__WHAT TO PRODUCE__. Give back an exact copy of the lines in the records below, from the line that has "#113=ORIENTED_EDGE('',*,*,#103,.F.);" through the line that has "#121=EDGE_CURVE('',#101,#16,#120,.T.);", and nothing besides.

[Saved entries]
::::::::

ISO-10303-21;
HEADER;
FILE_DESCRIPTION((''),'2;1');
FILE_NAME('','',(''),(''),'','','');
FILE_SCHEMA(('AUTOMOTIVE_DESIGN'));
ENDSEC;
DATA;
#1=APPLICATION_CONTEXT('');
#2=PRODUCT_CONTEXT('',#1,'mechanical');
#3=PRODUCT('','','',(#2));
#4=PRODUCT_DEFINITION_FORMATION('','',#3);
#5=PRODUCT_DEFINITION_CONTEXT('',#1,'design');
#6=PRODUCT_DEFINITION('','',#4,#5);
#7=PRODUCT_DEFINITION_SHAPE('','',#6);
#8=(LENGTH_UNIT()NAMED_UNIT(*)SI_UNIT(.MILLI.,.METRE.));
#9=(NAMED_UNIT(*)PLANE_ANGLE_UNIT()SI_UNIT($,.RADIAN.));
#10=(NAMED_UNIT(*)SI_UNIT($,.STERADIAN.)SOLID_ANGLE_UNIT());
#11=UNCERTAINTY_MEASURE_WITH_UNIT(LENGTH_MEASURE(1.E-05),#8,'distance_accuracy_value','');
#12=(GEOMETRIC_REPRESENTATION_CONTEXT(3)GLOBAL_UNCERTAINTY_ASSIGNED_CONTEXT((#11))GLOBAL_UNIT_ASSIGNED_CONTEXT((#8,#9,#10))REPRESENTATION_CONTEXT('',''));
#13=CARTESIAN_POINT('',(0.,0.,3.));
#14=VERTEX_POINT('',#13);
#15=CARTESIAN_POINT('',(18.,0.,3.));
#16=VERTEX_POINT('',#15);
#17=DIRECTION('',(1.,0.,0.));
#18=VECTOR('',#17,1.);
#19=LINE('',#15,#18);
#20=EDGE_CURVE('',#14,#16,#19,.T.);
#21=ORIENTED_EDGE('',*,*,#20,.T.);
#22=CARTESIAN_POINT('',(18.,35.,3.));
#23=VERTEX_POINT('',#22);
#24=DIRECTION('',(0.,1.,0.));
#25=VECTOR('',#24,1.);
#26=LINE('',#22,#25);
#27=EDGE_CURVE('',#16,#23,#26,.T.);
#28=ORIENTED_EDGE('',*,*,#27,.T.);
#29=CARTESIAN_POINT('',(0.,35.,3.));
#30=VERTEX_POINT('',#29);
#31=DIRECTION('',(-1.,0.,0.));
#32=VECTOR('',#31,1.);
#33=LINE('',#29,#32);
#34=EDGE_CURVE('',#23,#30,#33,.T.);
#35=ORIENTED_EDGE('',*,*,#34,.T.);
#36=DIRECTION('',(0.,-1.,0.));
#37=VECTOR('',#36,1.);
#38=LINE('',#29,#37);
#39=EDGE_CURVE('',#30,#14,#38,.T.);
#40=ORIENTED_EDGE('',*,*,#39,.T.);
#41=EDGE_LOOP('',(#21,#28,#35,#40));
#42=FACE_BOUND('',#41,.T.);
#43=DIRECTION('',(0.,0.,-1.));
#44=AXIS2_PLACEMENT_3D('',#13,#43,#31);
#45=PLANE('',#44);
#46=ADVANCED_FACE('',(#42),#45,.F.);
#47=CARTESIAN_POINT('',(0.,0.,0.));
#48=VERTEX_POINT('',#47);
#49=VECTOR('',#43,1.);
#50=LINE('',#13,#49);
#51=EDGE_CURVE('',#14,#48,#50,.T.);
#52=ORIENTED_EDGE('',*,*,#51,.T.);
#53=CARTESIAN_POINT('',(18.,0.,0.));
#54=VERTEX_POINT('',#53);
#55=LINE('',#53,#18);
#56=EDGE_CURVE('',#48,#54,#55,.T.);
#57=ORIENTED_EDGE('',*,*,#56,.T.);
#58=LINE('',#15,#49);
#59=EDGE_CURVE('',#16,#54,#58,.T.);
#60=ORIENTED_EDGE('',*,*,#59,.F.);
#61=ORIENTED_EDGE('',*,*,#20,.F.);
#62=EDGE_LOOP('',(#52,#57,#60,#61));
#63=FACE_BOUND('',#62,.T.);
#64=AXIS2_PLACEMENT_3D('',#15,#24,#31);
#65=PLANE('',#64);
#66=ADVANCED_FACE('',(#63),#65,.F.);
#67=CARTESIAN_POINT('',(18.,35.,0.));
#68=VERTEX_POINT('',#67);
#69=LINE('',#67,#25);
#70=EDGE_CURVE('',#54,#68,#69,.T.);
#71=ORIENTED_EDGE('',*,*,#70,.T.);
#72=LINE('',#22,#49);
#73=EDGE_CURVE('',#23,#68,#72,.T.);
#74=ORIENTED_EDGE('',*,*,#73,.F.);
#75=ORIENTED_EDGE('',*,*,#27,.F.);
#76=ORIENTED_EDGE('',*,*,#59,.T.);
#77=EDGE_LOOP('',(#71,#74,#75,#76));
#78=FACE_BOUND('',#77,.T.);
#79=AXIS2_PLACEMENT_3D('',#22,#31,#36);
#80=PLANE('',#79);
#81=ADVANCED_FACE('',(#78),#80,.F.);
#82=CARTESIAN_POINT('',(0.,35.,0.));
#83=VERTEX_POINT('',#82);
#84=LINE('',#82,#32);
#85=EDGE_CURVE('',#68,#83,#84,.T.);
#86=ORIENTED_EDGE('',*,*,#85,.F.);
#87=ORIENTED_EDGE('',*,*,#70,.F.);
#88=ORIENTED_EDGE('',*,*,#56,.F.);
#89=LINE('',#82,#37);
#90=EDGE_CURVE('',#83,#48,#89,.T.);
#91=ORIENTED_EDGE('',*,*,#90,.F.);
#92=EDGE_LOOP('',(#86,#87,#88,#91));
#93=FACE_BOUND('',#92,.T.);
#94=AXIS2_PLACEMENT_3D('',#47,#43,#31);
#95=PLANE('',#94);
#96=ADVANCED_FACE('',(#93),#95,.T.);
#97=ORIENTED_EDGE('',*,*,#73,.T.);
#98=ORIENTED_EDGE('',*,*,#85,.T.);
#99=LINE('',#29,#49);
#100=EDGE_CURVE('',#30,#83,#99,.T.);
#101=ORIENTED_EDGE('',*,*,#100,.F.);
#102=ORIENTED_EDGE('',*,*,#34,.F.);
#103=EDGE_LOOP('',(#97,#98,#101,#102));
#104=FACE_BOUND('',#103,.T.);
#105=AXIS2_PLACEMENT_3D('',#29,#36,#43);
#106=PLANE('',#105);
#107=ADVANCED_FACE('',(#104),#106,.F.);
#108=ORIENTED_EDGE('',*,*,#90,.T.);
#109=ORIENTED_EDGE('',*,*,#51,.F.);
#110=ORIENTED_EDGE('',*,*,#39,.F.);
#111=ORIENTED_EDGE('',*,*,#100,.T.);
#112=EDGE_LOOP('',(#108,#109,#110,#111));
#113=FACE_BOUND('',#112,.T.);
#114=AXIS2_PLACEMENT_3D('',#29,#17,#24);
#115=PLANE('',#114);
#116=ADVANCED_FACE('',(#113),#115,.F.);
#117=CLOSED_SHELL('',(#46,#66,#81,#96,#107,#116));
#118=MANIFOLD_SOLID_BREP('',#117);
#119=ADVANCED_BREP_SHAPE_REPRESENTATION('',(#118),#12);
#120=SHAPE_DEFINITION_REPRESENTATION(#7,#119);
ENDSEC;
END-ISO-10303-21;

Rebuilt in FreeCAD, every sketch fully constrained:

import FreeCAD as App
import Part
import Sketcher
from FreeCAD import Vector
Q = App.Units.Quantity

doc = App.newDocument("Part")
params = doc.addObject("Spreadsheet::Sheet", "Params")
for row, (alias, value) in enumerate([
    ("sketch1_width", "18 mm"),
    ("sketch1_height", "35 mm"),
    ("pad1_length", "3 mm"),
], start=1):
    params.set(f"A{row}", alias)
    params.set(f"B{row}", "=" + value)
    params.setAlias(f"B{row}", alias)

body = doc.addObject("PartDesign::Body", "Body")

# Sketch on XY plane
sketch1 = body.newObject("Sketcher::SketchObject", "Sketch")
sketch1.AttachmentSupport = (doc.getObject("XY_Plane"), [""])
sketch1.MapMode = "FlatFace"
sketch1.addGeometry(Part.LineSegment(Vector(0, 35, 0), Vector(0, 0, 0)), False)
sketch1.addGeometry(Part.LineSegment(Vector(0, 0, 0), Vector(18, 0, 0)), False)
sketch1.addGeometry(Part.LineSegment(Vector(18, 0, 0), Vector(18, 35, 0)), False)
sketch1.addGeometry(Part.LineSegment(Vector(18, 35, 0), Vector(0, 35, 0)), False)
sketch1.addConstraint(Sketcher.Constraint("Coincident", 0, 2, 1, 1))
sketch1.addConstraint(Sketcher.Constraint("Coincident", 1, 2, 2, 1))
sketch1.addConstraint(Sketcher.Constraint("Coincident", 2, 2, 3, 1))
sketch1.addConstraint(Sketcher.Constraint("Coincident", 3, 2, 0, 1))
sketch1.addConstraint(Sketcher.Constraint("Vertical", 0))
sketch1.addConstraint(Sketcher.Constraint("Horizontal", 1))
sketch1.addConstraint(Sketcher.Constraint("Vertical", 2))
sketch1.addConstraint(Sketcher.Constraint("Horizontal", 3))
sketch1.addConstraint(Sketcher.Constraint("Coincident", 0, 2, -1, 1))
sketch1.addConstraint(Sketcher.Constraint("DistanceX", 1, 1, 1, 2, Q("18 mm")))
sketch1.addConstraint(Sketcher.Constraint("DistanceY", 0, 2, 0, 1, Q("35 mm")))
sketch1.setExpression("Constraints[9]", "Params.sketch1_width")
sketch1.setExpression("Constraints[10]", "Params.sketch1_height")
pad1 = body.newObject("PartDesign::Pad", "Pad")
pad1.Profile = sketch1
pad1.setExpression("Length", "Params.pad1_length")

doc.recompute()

::::::::

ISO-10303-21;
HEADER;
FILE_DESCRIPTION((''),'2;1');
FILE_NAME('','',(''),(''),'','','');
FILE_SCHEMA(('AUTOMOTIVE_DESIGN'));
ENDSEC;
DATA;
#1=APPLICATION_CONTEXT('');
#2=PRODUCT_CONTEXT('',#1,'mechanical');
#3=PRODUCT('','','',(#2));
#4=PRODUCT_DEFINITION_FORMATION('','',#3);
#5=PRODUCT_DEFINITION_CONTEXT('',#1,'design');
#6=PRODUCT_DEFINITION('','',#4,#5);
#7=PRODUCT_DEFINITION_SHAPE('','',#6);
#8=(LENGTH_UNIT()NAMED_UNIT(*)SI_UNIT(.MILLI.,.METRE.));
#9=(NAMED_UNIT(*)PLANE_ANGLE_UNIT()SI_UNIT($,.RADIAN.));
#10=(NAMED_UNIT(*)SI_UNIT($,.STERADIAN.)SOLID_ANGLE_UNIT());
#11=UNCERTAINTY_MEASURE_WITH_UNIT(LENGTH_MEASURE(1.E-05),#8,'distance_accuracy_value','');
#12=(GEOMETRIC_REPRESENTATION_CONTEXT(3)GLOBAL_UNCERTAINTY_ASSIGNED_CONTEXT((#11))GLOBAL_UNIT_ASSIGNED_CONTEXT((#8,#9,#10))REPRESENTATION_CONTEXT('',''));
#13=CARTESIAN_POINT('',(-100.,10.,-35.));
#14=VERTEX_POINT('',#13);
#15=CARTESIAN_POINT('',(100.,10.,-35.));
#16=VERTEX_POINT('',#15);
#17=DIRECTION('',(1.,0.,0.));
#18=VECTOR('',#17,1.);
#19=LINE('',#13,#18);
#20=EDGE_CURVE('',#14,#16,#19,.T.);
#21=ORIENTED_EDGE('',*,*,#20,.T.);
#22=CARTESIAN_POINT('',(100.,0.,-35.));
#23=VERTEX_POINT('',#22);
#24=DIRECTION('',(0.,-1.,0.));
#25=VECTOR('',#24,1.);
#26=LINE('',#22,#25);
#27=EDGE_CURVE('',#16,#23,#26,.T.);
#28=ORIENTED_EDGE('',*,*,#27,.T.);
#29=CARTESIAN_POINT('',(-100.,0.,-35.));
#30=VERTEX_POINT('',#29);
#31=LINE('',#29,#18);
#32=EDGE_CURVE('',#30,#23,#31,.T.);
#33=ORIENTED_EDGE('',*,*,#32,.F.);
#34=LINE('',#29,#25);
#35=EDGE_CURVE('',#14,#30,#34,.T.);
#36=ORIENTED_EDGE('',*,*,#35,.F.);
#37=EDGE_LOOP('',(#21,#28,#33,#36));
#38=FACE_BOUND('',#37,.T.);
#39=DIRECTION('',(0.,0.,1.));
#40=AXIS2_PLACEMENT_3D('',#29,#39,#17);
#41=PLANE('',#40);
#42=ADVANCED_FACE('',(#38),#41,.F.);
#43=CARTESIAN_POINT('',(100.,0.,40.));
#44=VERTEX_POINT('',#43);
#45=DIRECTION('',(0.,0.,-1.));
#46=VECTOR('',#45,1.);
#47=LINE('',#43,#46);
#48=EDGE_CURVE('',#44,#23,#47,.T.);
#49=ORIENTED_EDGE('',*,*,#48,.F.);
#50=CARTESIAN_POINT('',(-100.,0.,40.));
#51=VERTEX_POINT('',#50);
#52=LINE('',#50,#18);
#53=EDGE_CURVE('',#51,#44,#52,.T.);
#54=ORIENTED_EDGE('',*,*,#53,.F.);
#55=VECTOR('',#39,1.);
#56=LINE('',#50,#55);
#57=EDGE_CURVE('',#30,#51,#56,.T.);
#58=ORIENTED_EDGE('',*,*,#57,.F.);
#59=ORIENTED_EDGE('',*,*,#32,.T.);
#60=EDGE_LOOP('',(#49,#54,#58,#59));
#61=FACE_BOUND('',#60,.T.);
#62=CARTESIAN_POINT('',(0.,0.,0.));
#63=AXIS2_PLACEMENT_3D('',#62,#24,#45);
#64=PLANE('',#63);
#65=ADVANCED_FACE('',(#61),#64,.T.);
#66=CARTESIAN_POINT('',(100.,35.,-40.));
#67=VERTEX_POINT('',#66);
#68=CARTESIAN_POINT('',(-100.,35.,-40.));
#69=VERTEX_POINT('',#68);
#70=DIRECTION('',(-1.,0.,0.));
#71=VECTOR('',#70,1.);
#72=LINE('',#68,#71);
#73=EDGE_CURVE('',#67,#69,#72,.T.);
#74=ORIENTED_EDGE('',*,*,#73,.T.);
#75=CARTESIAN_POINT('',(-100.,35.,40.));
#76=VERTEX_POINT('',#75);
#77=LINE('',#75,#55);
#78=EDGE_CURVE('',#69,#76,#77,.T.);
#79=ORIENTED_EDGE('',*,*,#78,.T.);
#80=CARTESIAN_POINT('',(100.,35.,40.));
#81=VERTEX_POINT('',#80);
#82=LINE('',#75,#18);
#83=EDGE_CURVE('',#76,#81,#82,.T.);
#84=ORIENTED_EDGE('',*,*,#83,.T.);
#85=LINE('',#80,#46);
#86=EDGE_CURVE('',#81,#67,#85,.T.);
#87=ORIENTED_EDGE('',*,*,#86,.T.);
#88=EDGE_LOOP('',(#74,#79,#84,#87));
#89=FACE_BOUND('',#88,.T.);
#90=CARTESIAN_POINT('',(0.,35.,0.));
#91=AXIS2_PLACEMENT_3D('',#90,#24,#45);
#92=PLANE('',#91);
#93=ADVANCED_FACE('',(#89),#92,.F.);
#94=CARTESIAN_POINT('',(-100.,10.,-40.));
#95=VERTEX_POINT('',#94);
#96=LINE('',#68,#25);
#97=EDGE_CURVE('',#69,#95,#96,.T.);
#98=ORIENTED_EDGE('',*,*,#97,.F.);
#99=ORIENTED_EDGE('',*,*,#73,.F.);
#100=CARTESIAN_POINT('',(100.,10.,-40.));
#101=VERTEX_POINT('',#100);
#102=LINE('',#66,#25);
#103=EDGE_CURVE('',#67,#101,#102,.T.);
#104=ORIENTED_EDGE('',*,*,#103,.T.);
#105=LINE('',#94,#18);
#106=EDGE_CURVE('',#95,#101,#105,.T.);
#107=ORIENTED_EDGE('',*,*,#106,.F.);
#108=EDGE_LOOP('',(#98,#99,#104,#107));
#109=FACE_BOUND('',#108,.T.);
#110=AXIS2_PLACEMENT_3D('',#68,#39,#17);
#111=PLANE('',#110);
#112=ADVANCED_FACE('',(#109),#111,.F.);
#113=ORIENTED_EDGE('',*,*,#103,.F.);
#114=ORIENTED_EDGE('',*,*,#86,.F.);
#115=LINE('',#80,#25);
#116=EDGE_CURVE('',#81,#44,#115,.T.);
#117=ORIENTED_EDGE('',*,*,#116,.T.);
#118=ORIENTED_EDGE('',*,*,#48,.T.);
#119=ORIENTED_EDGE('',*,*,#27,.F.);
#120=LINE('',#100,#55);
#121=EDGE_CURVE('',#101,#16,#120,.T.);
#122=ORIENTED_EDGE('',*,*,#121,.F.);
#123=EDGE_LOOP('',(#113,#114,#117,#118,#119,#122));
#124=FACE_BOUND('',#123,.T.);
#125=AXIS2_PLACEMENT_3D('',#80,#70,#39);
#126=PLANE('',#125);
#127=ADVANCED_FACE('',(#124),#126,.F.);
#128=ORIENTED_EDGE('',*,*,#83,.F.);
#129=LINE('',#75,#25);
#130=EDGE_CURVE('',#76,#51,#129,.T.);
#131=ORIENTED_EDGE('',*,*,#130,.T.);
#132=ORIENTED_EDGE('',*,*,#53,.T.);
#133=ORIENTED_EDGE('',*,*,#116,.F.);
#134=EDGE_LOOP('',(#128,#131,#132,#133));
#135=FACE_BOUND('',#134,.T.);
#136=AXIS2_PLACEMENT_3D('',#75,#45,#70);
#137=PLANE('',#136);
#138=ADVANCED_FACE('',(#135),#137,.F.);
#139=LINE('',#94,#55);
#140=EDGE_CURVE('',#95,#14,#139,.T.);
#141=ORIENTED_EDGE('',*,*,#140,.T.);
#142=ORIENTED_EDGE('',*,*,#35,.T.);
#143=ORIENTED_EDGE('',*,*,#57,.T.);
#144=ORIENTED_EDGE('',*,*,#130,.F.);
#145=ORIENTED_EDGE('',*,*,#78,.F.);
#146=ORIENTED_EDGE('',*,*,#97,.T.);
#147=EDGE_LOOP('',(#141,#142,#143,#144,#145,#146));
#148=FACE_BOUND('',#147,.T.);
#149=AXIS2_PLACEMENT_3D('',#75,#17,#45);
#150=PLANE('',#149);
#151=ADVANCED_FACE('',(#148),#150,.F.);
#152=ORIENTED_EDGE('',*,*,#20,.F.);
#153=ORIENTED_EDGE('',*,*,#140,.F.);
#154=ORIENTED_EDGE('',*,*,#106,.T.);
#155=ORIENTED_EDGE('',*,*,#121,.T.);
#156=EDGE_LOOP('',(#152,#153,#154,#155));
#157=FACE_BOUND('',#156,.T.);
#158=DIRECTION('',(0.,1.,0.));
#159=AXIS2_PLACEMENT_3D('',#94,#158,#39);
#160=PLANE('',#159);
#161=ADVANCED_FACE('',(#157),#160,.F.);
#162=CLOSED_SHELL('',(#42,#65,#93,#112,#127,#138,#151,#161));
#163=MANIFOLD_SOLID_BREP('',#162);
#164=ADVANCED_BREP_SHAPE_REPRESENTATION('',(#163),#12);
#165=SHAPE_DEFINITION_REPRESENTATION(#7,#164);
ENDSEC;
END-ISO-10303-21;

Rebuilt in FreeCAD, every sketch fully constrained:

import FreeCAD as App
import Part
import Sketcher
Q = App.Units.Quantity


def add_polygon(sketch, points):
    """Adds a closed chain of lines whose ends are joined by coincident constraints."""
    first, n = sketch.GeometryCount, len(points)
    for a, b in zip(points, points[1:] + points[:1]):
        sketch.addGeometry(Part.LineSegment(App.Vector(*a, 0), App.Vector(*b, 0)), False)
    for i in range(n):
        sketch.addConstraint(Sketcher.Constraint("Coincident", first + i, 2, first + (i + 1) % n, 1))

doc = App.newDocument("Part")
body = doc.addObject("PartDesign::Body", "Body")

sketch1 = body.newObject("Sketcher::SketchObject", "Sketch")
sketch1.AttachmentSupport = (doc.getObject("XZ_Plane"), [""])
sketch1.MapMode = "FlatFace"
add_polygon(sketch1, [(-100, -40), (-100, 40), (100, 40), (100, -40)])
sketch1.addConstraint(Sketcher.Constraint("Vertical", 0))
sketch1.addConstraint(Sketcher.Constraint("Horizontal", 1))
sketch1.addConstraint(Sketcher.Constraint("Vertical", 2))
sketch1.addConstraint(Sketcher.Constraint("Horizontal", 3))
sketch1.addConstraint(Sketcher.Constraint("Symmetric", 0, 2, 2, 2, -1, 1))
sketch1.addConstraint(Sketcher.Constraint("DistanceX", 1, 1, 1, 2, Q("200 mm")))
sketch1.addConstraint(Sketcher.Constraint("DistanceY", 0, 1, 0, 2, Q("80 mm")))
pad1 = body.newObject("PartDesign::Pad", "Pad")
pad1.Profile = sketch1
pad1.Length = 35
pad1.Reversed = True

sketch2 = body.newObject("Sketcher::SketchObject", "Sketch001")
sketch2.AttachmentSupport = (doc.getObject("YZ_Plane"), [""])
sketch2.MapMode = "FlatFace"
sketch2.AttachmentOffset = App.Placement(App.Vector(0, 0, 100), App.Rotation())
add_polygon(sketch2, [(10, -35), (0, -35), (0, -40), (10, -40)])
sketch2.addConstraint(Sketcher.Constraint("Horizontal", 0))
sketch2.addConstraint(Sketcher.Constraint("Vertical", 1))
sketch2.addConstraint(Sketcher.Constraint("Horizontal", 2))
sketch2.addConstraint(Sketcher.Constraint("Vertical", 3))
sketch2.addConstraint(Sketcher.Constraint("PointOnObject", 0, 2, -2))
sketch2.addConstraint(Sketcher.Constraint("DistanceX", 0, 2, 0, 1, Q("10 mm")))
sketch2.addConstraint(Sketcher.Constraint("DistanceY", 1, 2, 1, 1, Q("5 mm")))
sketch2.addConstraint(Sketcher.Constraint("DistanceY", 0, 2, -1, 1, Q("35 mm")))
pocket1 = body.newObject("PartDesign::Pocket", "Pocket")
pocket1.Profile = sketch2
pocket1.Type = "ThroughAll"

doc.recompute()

::::::::

__SOLUTION TO THIS TASK__.
#113=ORIENTED_EDGE('',*,*,#103,.F.);
#114=ORIENTED_EDGE('',*,*,#86,.F.);
#115=LINE('',#80,#25);
#116=EDGE_CURVE('',#81,#44,#115,.T.);
#117=ORIENTED_EDGE('',*,*,#116,.T.);
#118=ORIENTED_EDGE('',*,*,#48,.T.);
#119=ORIENTED_EDGE('',*,*,#27,.F.);
#120=LINE('',#100,#55);
#121=EDGE_CURVE('',#101,#16,#120,.T.);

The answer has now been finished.